Amsterdam/Bonn – Die Bundesnetzagentur wartet zum Wochenbeginn mit schlechten Nachrichten auf. Die Behörde hat ihren neuen Lagebericht zur Gasversorgung in Deutschland veröffentlicht. Darin warnt sie: „Die Lage ist angespannt und eine weitere Verschlechterung der Situation kann nicht ausgeschlossen werden.“ Die Gasversorgung in Deutschland sei allerdings im Moment stabil und die Versorgungssicherheit derzeit weiter gewährleistet.

Durch den Rückgang der Liefermengen seien die Großhandelspreise aber auf einem „sehr hohen Niveau“ gestiegen. Die Behörde warnt: „Unternehmen und private Verbraucher müssen sich auf deutlich steigende Gaspreise einstellen.“ Immerhin kann aber weiterhin Gas in Deutschland eingespeichert werden. Der Gesamtspeicherstand liegt demnach bei 79,5 Prozent. Der Füllstand des Speichers Rehden beträgt laut Bundesnetzagentur 60,4 Prozent.

Lagebericht der Bundesnetzagentur: Gaspreise im Höhenflug

Auch von der Energiebörse in Amsterdam kommen schlechte Nachrichten: Demnach hat der Gaspreis in Europa seinen Höhenflug zu Beginn der Woche fortgesetzt. Schon vergangene Woche war der für den europäischen Gashandel richtungsweisende Terminkontrakt TTF an der Energiebörse deutlich gestiegen. Nun ist der Preis am Montag noch einmal gestiegen – und zwar um mehr als 13 Prozent auf fast 276 Euro je Megawattstunde.

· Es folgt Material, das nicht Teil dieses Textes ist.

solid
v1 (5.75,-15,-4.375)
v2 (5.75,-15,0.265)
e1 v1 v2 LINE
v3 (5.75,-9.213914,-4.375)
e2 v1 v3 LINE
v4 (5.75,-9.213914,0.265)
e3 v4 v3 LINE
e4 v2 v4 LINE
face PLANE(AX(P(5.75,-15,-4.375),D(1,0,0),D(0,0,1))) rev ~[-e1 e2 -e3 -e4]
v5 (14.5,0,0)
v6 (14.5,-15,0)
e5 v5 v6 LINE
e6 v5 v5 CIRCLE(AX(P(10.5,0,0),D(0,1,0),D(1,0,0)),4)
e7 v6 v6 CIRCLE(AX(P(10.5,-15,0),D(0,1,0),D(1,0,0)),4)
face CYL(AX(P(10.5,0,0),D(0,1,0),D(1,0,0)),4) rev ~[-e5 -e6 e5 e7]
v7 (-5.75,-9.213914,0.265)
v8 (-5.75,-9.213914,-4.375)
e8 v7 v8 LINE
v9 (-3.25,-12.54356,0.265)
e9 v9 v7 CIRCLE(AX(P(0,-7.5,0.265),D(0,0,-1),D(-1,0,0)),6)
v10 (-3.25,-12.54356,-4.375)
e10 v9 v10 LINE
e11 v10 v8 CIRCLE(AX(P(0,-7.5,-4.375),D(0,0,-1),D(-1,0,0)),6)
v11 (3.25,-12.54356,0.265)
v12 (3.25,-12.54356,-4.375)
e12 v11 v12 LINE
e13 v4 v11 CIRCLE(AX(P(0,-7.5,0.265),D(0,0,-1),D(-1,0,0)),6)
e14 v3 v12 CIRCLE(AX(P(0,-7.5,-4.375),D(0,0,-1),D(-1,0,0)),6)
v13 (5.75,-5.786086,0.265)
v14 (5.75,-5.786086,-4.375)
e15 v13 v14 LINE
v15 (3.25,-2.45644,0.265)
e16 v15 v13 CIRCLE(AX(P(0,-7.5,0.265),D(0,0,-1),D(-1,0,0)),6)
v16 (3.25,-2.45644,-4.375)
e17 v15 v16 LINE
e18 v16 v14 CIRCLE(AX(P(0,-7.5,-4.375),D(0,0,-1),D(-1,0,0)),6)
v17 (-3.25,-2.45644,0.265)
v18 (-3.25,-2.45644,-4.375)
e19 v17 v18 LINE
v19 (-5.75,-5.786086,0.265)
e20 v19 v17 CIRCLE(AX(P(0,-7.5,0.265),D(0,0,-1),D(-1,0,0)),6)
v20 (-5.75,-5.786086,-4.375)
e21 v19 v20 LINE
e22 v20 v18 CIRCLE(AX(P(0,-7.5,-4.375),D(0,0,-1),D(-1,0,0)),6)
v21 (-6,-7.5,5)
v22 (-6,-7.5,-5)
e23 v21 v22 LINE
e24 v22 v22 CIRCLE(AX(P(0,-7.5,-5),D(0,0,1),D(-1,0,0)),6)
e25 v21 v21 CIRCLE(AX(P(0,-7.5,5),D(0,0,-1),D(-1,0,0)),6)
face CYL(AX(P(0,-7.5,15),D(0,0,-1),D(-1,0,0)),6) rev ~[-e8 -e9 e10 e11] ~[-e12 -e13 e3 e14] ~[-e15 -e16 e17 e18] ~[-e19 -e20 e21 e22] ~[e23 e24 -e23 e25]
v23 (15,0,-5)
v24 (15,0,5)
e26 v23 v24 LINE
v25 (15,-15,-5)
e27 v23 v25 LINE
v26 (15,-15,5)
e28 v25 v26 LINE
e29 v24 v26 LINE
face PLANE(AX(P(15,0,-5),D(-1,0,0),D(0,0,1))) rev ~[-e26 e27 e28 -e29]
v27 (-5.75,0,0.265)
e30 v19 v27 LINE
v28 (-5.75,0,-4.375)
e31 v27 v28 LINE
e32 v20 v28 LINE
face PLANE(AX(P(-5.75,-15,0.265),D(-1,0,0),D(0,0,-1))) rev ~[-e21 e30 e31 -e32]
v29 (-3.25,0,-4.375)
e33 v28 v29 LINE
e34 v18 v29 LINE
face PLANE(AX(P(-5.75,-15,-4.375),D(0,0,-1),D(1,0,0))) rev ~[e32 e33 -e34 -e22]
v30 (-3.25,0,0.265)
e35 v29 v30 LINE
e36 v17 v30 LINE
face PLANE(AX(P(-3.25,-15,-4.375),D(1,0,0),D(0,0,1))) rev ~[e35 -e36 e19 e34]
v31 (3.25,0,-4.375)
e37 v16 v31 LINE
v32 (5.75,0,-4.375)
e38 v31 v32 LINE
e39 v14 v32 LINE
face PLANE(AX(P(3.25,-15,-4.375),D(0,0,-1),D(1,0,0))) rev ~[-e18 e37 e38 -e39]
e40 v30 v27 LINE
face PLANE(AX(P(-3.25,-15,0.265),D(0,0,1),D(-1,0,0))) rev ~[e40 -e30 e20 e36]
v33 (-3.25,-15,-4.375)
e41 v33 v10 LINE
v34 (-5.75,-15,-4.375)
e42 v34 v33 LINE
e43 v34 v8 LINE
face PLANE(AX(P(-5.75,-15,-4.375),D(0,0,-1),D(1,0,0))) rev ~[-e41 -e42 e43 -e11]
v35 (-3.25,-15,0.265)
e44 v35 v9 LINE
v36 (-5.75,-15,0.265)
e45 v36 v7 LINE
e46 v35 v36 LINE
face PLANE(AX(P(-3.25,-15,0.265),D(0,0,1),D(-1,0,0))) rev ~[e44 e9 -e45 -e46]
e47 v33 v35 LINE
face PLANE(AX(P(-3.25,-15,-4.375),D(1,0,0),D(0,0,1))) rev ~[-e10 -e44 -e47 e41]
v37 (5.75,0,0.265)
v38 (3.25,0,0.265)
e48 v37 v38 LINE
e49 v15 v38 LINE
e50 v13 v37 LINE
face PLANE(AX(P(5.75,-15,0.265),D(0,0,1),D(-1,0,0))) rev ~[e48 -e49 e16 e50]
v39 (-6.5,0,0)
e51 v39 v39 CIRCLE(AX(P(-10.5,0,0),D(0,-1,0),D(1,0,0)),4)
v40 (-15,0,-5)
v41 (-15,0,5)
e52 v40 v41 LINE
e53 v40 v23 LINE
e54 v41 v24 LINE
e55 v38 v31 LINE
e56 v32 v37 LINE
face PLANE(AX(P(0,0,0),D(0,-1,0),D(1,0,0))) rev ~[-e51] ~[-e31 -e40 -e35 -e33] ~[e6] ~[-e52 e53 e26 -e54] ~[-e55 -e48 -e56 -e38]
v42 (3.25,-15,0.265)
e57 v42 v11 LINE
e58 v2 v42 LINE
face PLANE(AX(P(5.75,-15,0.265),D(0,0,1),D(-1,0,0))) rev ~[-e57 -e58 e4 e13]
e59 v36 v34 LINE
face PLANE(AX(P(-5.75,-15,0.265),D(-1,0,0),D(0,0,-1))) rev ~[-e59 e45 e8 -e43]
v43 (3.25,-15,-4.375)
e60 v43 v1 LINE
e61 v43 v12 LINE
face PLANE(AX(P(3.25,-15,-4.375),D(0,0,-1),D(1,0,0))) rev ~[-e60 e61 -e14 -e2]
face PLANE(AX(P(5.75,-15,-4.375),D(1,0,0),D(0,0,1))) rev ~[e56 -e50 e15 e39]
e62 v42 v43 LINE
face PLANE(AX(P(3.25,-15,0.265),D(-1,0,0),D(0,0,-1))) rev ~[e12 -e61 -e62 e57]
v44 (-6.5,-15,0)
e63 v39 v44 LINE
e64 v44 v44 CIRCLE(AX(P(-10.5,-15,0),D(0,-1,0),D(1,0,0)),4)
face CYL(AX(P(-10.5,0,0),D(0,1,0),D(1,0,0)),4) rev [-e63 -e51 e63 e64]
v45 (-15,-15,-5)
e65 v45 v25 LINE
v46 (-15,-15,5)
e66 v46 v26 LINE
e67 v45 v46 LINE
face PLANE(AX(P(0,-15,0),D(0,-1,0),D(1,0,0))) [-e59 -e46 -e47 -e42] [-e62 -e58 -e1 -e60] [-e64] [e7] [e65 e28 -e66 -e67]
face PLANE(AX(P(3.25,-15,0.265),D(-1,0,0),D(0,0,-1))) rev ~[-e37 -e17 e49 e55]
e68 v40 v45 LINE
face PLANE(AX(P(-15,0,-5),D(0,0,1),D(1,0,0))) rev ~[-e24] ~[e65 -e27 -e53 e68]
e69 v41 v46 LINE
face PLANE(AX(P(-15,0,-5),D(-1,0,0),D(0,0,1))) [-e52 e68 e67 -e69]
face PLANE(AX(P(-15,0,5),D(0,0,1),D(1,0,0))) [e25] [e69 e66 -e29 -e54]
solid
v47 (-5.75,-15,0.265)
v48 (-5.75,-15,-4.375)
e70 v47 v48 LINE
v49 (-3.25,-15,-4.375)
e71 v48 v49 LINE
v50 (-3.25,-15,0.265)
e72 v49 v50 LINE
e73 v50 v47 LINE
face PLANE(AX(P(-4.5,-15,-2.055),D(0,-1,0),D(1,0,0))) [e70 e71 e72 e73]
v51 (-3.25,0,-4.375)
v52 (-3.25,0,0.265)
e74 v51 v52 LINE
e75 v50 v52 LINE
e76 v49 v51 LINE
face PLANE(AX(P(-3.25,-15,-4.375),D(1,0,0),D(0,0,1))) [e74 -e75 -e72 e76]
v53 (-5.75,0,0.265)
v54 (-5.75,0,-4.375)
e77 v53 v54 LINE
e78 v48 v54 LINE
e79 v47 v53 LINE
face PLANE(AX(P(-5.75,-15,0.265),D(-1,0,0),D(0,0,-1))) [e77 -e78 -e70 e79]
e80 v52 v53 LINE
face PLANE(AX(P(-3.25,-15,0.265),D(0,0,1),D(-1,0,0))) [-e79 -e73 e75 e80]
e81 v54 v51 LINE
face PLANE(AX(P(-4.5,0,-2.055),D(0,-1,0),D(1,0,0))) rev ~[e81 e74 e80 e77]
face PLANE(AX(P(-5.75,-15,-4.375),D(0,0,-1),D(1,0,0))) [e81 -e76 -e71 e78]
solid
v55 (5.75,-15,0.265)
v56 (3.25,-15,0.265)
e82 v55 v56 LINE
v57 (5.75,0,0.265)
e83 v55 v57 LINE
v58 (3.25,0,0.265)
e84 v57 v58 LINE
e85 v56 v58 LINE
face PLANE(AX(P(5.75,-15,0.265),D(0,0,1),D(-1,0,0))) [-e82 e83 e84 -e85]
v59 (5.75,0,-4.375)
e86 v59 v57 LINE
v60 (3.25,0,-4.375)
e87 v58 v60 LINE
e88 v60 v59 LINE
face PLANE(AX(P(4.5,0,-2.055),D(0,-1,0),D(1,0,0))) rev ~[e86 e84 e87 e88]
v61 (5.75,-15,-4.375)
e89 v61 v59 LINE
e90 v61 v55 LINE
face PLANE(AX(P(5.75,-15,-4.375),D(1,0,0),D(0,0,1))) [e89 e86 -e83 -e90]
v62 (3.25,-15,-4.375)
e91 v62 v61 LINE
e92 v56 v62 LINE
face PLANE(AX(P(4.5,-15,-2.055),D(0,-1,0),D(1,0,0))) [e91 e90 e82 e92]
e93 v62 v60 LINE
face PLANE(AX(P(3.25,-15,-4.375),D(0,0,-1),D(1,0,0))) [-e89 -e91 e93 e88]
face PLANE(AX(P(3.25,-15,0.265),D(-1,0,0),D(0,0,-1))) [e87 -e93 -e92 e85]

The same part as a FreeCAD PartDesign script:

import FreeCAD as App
import Part
import Sketcher

V = App.Vector
Q = App.Units.Quantity


def add_polygon(sketch, points):
    """Adds a closed chain of lines whose ends are joined by coincident constraints."""
    first, n = sketch.GeometryCount, len(points)
    for a, b in zip(points, points[1:] + points[:1]):
        sketch.addGeometry(Part.LineSegment(App.Vector(*a, 0), App.Vector(*b, 0)), False)
    for i in range(n):
        sketch.addConstraint(Sketcher.Constraint("Coincident", first + i, 2, first + (i + 1) % n, 1))

doc = App.newDocument("Part")
body = doc.addObject("PartDesign::Body", "Body")

# Sketch on XZ plane
sketch1 = doc.addObject("Sketcher::SketchObject", "Sketch")
body.addObject(sketch1)
sketch1.AttachmentSupport = (doc.XZ_Plane, [""])
sketch1.MapMode = "FlatFace"
add_polygon(sketch1, [(-15, 5), (-15, -5), (15, -5), (15, 5)])  # lines 0-3
sketch1.addGeometry(Part.Circle(V(-10.5, 0, 0), V(0, 0, 1), 4), False)  # 4
sketch1.addGeometry(Part.Circle(V(10.5, 0, 0), V(0, 0, 1), 4), False)  # 5
sketch1.addConstraint([
    Sketcher.Constraint("Vertical", 0),
    Sketcher.Constraint("Horizontal", 1),
    Sketcher.Constraint("Vertical", 2),
    Sketcher.Constraint("Horizontal", 3),
    Sketcher.Constraint("Equal", 4, 5),
    Sketcher.Constraint("Symmetric", 4, 3, 5, 3, -1, 1),
    Sketcher.Constraint("Symmetric", 0, 2, 2, 2, -1, 1),
    Sketcher.Constraint("PointOnObject", 4, 3, -1),
    Sketcher.Constraint("Diameter", 4, Q("8 mm")),
    Sketcher.Constraint("DistanceX", 1, 1, 1, 2, Q("30 mm")),
    Sketcher.Constraint("DistanceY", 0, 2, 0, 1, Q("10 mm")),
    Sketcher.Constraint("DistanceX", 4, 3, 5, 3, Q("21 mm")),
])
pad1 = doc.addObject("PartDesign::Pad", "Pad")
body.addObject(pad1)
pad1.Profile = sketch1
pad1.Length = 15

# Sketch on XY plane
sketch2 = doc.addObject("Sketcher::SketchObject", "Sketch001")
body.addObject(sketch2)
sketch2.AttachmentSupport = (doc.XY_Plane, [""])
sketch2.MapMode = "FlatFace"
sketch2.AttachmentOffset = App.Placement(V(0, 0, 5), App.Rotation())
sketch2.addGeometry(Part.Circle(V(0, -8, 0), V(0, 0, 1), 6), False)
sketch2.addConstraint([
    Sketcher.Constraint("PointOnObject", 0, 3, -2),
    Sketcher.Constraint("Diameter", 0, Q("12 mm")),
    Sketcher.Constraint("DistanceY", 0, 3, -1, 1, Q("7.5 mm")),
])
doc.recompute()
hole = doc.addObject("PartDesign::Hole", "Hole")
body.addObject(hole)
hole.Profile = sketch2
hole.ThreadType = "None"
hole.Diameter = 12
hole.DepthType = "Dimension"
hole.Depth = 10
hole.DrillPoint = "Angled"
hole.DrillPointAngle = 118

# Sketch on XZ plane
sketch3 = doc.addObject("Sketcher::SketchObject", "Sketch002")
body.addObject(sketch3)
sketch3.AttachmentSupport = (doc.XZ_Plane, [""])
sketch3.MapMode = "FlatFace"
sketch3.AttachmentOffset = App.Placement(V(0, 0, 15), App.Rotation())
add_polygon(sketch3, [(-5.8, -4.4), (-3.2, -4.4), (-3.2, 0.3), (-5.8, 0.3)])  # lines 0-3
add_polygon(sketch3, [(3.2, -4.4), (5.8, -4.4), (5.8, 0.3), (3.2, 0.3)])  # lines 4-7
sketch3.addConstraint([
    Sketcher.Constraint("Horizontal", 0),
    Sketcher.Constraint("Vertical", 1),
    Sketcher.Constraint("Horizontal", 2),
    Sketcher.Constraint("Vertical", 3),
    Sketcher.Constraint("Horizontal", 4),
    Sketcher.Constraint("Vertical", 5),
    Sketcher.Constraint("Horizontal", 6),
    Sketcher.Constraint("Vertical", 7),
    Sketcher.Constraint("Symmetric", 3, 2, 4, 2, -2),
    Sketcher.Constraint("Symmetric", 1, 2, 6, 2, -2),
    Sketcher.Constraint("DistanceX", 0, 1, 0, 2, Q("2.5 mm")),
    Sketcher.Constraint("DistanceX", 0, 2, 4, 2, Q("9 mm")),
    Sketcher.Constraint("DistanceY", 1, 1, 1, 2, Q("4.64 mm")),
    Sketcher.Constraint("DistanceY", 0, 2, -1, 1, Q("4.375 mm")),
])
pocket1 = doc.addObject("PartDesign::Pocket", "Pocket")
body.addObject(pocket1)
pocket1.Profile = sketch3
pocket1.Length = 25
body2 = doc.addObject("PartDesign::Body", "Body001")

# Sketch on XZ plane
sketch4 = doc.addObject("Sketcher::SketchObject", "Sketch003")
body2.addObject(sketch4)
sketch4.AttachmentSupport = (doc.getObject("XZ_Plane001"), [""])
sketch4.MapMode = "FlatFace"
sketch4.AttachmentOffset = App.Placement(V(0, 0, 15), App.Rotation())
add_polygon(sketch4, [(-5.8, -4.4), (-3.2, -4.4), (-3.2, 0.3), (-5.8, 0.3)])  # lines 0-3
sketch4.addConstraint([
    Sketcher.Constraint("Horizontal", 0),
    Sketcher.Constraint("Vertical", 1),
    Sketcher.Constraint("Horizontal", 2),
    Sketcher.Constraint("Vertical", 3),
    Sketcher.Constraint("DistanceX", 0, 1, 0, 2, Q("2.5 mm")),
    Sketcher.Constraint("DistanceY", 1, 1, 1, 2, Q("4.64 mm")),
    Sketcher.Constraint("DistanceX", 0, 2, -1, 1, Q("3.25 mm")),
    Sketcher.Constraint("DistanceY", 0, 2, -1, 1, Q("4.375 mm")),
])
pad2 = doc.addObject("PartDesign::Pad", "Pad001")
body2.addObject(pad2)
pad2.Profile = sketch4
pad2.Length = 15
pad2.Reversed = True
body3 = doc.addObject("PartDesign::Body", "Body002")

In der vergangenen Woche war Erdgas in der Spitze bei knapp 251 Euro gehandelt worden. Nur in der Zeit unmittelbar nach dem Ausbruch des Krieges in der Ukraine war der Preis für das in Europa gehandelte Erdgas für kurze Zeit höher und hatte Anfang März einen Spitzenwert über 300 Euro erreicht.

Lieferunterbrechung bei Nord Stream 1 sorgt für erneuten Preisschub

Am Markt wurde der neue Höhenflug beim Gaspreis mit einer neuerlichen Unterbrechung der russischen Gaslieferungen nach Europa durch die Pipeline Nord Stream 1 erklärt. Russland hatte am Freitag angekündigt, Gaslieferungen über die Ostseepipeline Nord Stream 1 Ende August für drei Tage zu unterbrechen. Vom 31. August bis zum 2. September werde wegen Wartungsarbeiten kein Gas fließen, teilte der Staatskonzern Gazprom mit.

Nach den Wartungsarbeiten sollen den russischen Angaben zufolge täglich wieder 33 Millionen Kubikmeter Erdgas geliefert werden. Das entspricht den 20 Prozent der täglichen Maximalleistung, auf die Russland die Lieferung schon vor einigen Wochen verringert hat. (lma/dpa)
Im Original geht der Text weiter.